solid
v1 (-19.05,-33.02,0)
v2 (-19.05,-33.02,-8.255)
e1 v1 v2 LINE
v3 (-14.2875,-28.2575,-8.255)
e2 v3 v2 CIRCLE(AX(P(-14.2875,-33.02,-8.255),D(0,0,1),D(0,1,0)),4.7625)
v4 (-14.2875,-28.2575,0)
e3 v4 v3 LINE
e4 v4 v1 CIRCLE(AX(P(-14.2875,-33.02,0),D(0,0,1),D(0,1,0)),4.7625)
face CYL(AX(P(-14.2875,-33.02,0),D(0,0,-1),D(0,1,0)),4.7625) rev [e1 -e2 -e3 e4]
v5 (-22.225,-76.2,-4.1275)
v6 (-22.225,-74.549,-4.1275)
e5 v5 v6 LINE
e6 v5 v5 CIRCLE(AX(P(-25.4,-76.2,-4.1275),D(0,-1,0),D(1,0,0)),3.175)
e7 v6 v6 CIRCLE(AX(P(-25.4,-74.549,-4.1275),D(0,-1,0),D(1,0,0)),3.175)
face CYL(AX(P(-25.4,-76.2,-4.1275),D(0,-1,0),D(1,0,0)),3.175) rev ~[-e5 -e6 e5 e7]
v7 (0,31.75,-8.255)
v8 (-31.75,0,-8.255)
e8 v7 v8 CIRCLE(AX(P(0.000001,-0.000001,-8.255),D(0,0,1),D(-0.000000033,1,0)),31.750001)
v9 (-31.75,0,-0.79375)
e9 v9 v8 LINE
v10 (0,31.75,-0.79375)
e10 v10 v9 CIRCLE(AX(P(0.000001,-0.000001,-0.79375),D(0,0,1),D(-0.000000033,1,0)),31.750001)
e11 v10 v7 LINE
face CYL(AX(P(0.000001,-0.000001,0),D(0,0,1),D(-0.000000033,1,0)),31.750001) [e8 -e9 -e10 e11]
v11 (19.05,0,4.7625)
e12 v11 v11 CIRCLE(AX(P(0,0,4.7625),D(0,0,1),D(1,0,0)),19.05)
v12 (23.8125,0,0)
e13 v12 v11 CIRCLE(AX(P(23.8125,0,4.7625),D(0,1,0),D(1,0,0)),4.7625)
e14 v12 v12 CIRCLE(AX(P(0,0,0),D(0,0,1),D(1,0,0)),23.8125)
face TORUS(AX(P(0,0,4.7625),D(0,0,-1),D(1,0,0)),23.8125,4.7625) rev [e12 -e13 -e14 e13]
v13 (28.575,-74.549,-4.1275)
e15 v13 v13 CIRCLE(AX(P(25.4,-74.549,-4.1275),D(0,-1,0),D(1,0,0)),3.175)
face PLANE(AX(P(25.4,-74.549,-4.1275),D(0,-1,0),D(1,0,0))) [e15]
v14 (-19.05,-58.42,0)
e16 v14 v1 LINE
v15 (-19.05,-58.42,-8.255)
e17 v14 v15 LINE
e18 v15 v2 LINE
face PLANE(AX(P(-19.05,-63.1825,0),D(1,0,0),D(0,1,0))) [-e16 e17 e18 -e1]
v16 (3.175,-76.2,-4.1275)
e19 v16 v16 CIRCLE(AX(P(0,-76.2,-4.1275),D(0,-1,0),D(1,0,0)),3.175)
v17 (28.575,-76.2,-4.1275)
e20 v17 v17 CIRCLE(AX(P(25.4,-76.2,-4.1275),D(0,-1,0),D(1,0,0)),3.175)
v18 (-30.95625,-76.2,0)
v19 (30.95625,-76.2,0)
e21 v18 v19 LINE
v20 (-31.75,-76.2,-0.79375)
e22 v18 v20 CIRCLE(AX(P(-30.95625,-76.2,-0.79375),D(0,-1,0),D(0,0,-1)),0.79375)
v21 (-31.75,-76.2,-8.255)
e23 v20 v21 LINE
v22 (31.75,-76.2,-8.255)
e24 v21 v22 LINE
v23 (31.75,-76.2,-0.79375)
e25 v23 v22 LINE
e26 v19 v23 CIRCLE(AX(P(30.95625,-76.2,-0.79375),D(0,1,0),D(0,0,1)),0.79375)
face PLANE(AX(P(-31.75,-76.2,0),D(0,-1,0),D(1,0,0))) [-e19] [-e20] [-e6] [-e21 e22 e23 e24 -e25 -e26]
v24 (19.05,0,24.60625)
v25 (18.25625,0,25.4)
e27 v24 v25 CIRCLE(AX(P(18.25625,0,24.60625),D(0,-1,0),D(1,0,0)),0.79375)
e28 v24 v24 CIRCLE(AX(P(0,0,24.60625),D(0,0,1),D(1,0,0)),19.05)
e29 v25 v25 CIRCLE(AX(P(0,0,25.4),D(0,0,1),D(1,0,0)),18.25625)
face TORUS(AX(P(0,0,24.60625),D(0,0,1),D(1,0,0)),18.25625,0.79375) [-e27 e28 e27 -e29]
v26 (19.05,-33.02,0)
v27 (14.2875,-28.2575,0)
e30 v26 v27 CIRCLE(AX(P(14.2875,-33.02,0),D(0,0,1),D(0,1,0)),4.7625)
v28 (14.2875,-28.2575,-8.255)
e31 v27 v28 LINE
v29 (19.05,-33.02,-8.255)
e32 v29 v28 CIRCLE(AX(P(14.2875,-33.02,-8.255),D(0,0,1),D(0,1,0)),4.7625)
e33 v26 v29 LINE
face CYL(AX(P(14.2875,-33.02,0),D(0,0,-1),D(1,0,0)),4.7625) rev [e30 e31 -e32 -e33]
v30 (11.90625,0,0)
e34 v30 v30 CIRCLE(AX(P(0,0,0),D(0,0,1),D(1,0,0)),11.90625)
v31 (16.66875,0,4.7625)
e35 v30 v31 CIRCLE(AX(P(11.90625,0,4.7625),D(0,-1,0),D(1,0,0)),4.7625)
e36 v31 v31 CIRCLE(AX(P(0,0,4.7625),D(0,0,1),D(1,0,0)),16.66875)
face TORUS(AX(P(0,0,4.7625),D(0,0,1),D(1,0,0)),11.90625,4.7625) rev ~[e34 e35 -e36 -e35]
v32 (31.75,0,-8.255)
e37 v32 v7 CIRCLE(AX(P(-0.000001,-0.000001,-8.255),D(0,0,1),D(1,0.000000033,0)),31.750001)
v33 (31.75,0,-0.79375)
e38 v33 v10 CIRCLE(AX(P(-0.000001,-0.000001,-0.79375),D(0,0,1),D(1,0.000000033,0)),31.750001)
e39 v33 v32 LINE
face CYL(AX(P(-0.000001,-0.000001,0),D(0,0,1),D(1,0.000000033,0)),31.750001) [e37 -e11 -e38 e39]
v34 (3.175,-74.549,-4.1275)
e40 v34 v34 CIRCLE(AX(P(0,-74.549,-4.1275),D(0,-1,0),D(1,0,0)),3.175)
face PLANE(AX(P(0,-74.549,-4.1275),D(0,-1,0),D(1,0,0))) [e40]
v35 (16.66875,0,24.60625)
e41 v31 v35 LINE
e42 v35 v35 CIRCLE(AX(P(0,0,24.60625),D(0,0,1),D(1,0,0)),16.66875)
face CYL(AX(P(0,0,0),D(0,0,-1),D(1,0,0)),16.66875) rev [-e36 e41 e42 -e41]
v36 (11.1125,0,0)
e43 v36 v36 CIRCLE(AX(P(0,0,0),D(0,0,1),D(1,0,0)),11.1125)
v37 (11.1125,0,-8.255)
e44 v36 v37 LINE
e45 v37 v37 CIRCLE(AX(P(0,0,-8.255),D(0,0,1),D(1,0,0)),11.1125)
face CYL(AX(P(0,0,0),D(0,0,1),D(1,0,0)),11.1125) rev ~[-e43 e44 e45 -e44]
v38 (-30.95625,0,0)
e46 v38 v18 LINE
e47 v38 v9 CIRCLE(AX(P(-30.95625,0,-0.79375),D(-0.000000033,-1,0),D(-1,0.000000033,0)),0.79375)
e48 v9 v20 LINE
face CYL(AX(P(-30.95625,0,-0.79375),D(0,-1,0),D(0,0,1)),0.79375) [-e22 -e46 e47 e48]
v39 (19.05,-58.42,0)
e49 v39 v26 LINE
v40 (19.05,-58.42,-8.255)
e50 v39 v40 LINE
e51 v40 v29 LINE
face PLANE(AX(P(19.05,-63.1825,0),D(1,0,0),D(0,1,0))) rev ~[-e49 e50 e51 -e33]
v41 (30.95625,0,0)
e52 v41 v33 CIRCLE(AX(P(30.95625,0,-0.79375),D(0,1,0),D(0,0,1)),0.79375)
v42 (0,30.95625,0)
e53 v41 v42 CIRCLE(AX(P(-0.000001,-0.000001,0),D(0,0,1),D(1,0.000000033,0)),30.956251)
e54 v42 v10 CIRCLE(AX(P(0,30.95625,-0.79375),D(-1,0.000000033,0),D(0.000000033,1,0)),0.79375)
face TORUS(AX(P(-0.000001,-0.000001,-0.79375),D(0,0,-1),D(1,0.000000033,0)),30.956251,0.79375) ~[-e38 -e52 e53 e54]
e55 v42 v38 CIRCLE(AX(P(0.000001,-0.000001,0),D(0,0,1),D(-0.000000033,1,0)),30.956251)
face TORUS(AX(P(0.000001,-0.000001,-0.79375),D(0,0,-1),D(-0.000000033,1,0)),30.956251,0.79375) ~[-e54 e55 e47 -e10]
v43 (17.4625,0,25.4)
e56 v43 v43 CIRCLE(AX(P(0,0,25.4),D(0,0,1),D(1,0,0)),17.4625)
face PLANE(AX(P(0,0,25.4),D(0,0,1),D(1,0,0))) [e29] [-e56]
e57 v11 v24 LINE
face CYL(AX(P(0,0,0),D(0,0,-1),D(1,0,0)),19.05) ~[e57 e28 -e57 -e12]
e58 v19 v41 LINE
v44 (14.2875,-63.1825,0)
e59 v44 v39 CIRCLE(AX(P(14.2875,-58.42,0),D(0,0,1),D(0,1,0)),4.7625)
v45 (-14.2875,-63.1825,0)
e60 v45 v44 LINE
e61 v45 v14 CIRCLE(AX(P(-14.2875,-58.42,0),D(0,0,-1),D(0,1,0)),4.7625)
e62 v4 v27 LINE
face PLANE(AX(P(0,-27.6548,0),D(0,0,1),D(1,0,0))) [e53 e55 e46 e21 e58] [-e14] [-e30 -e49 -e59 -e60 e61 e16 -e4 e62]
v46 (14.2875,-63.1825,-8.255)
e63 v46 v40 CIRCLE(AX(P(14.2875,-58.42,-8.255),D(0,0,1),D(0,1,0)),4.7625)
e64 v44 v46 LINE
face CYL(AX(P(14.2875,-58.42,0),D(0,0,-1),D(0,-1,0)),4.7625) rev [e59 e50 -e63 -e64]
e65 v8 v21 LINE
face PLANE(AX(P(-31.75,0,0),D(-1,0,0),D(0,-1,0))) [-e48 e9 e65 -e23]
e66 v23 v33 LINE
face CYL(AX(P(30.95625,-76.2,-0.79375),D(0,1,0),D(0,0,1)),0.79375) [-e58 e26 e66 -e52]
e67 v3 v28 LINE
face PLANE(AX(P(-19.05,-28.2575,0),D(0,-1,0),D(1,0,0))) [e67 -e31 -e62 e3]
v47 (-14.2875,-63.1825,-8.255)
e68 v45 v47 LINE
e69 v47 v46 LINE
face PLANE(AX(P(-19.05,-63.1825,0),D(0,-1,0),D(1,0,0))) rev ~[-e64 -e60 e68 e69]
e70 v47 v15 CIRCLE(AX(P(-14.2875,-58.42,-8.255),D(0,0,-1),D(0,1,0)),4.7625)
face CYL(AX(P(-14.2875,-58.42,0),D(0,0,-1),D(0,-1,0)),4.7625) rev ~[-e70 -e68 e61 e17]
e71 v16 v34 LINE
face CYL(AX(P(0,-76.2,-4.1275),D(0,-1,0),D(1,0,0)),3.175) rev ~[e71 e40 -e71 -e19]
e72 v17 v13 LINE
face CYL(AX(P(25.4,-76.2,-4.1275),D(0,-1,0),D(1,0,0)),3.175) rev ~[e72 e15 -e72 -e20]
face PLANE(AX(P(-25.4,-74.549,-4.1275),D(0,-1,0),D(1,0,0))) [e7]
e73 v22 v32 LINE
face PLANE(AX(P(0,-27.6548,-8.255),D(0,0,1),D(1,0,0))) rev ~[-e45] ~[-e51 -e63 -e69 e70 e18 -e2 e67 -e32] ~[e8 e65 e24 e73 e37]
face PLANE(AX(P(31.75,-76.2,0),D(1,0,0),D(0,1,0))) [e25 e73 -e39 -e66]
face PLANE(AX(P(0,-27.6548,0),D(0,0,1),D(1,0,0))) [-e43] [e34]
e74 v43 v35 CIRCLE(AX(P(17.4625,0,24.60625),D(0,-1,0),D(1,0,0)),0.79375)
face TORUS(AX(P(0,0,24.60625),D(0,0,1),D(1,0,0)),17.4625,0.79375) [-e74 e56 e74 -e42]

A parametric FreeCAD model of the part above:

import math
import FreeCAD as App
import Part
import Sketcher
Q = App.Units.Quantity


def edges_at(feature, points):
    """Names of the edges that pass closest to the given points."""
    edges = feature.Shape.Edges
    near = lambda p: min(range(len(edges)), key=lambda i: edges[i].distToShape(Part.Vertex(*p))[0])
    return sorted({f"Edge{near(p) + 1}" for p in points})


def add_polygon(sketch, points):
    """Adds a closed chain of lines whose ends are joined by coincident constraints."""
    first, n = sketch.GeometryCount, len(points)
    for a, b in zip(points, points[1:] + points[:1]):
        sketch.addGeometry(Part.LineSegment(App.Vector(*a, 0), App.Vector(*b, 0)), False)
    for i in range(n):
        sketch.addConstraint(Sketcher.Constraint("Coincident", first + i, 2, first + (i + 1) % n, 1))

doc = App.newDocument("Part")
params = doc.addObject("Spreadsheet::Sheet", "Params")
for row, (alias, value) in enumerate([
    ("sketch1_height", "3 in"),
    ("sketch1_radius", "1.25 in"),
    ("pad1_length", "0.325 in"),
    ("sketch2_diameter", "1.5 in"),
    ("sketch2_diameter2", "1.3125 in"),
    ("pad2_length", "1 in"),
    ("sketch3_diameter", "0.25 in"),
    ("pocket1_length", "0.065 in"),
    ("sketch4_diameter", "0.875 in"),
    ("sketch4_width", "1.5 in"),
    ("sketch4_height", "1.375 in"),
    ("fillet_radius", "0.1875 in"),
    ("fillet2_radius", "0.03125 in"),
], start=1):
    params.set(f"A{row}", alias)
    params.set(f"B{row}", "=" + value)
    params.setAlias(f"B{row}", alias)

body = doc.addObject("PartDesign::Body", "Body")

____

=== Work request ===
Go through the listing above and write out exactly the lines starting with the one holding "face PLANE(AX(P(-31.75,-76.2,0),D(0,-1,0),D(1,0,0))) [-e19]" and running through the one holding "e42 v35 v35", ends included, and no others.

=== Written reply ===
face PLANE(AX(P(-31.75,-76.2,0),D(0,-1,0),D(1,0,0))) [-e19] [-e20] [-e6] [-e21 e22 e23 e24 -e25 -e26]
v24 (19.05,0,24.60625)
v25 (18.25625,0,25.4)
e27 v24 v25 CIRCLE(AX(P(18.25625,0,24.60625),D(0,-1,0),D(1,0,0)),0.79375)
e28 v24 v24 CIRCLE(AX(P(0,0,24.60625),D(0,0,1),D(1,0,0)),19.05)
e29 v25 v25 CIRCLE(AX(P(0,0,25.4),D(0,0,1),D(1,0,0)),18.25625)
face TORUS(AX(P(0,0,24.60625),D(0,0,1),D(1,0,0)),18.25625,0.79375) [-e27 e28 e27 -e29]
v26 (19.05,-33.02,0)
v27 (14.2875,-28.2575,0)
e30 v26 v27 CIRCLE(AX(P(14.2875,-33.02,0),D(0,0,1),D(0,1,0)),4.7625)
v28 (14.2875,-28.2575,-8.255)
e31 v27 v28 LINE
v29 (19.05,-33.02,-8.255)
e32 v29 v28 CIRCLE(AX(P(14.2875,-33.02,-8.255),D(0,0,1),D(0,1,0)),4.7625)
e33 v26 v29 LINE
face CYL(AX(P(14.2875,-33.02,0),D(0,0,-1),D(1,0,0)),4.7625) rev [e30 e31 -e32 -e33]
v30 (11.90625,0,0)
e34 v30 v30 CIRCLE(AX(P(0,0,0),D(0,0,1),D(1,0,0)),11.90625)
v31 (16.66875,0,4.7625)
e35 v30 v31 CIRCLE(AX(P(11.90625,0,4.7625),D(0,-1,0),D(1,0,0)),4.7625)
e36 v31 v31 CIRCLE(AX(P(0,0,4.7625),D(0,0,1),D(1,0,0)),16.66875)
face TORUS(AX(P(0,0,4.7625),D(0,0,1),D(1,0,0)),11.90625,4.7625) rev ~[e34 e35 -e36 -e35]
v32 (31.75,0,-8.255)
e37 v32 v7 CIRCLE(AX(P(-0.000001,-0.000001,-8.255),D(0,0,1),D(1,0.000000033,0)),31.750001)
v33 (31.75,0,-0.79375)
e38 v33 v10 CIRCLE(AX(P(-0.000001,-0.000001,-0.79375),D(0,0,1),D(1,0.000000033,0)),31.750001)
e39 v33 v32 LINE
face CYL(AX(P(-0.000001,-0.000001,0),D(0,0,1),D(1,0.000000033,0)),31.750001) [e37 -e11 -e38 e39]
v34 (3.175,-74.549,-4.1275)
e40 v34 v34 CIRCLE(AX(P(0,-74.549,-4.1275),D(0,-1,0),D(1,0,0)),3.175)
face PLANE(AX(P(0,-74.549,-4.1275),D(0,-1,0),D(1,0,0))) [e40]
v35 (16.66875,0,24.60625)
e41 v31 v35 LINE
e42 v35 v35 CIRCLE(AX(P(0,0,24.60625),D(0,0,1),D(1,0,0)),16.66875)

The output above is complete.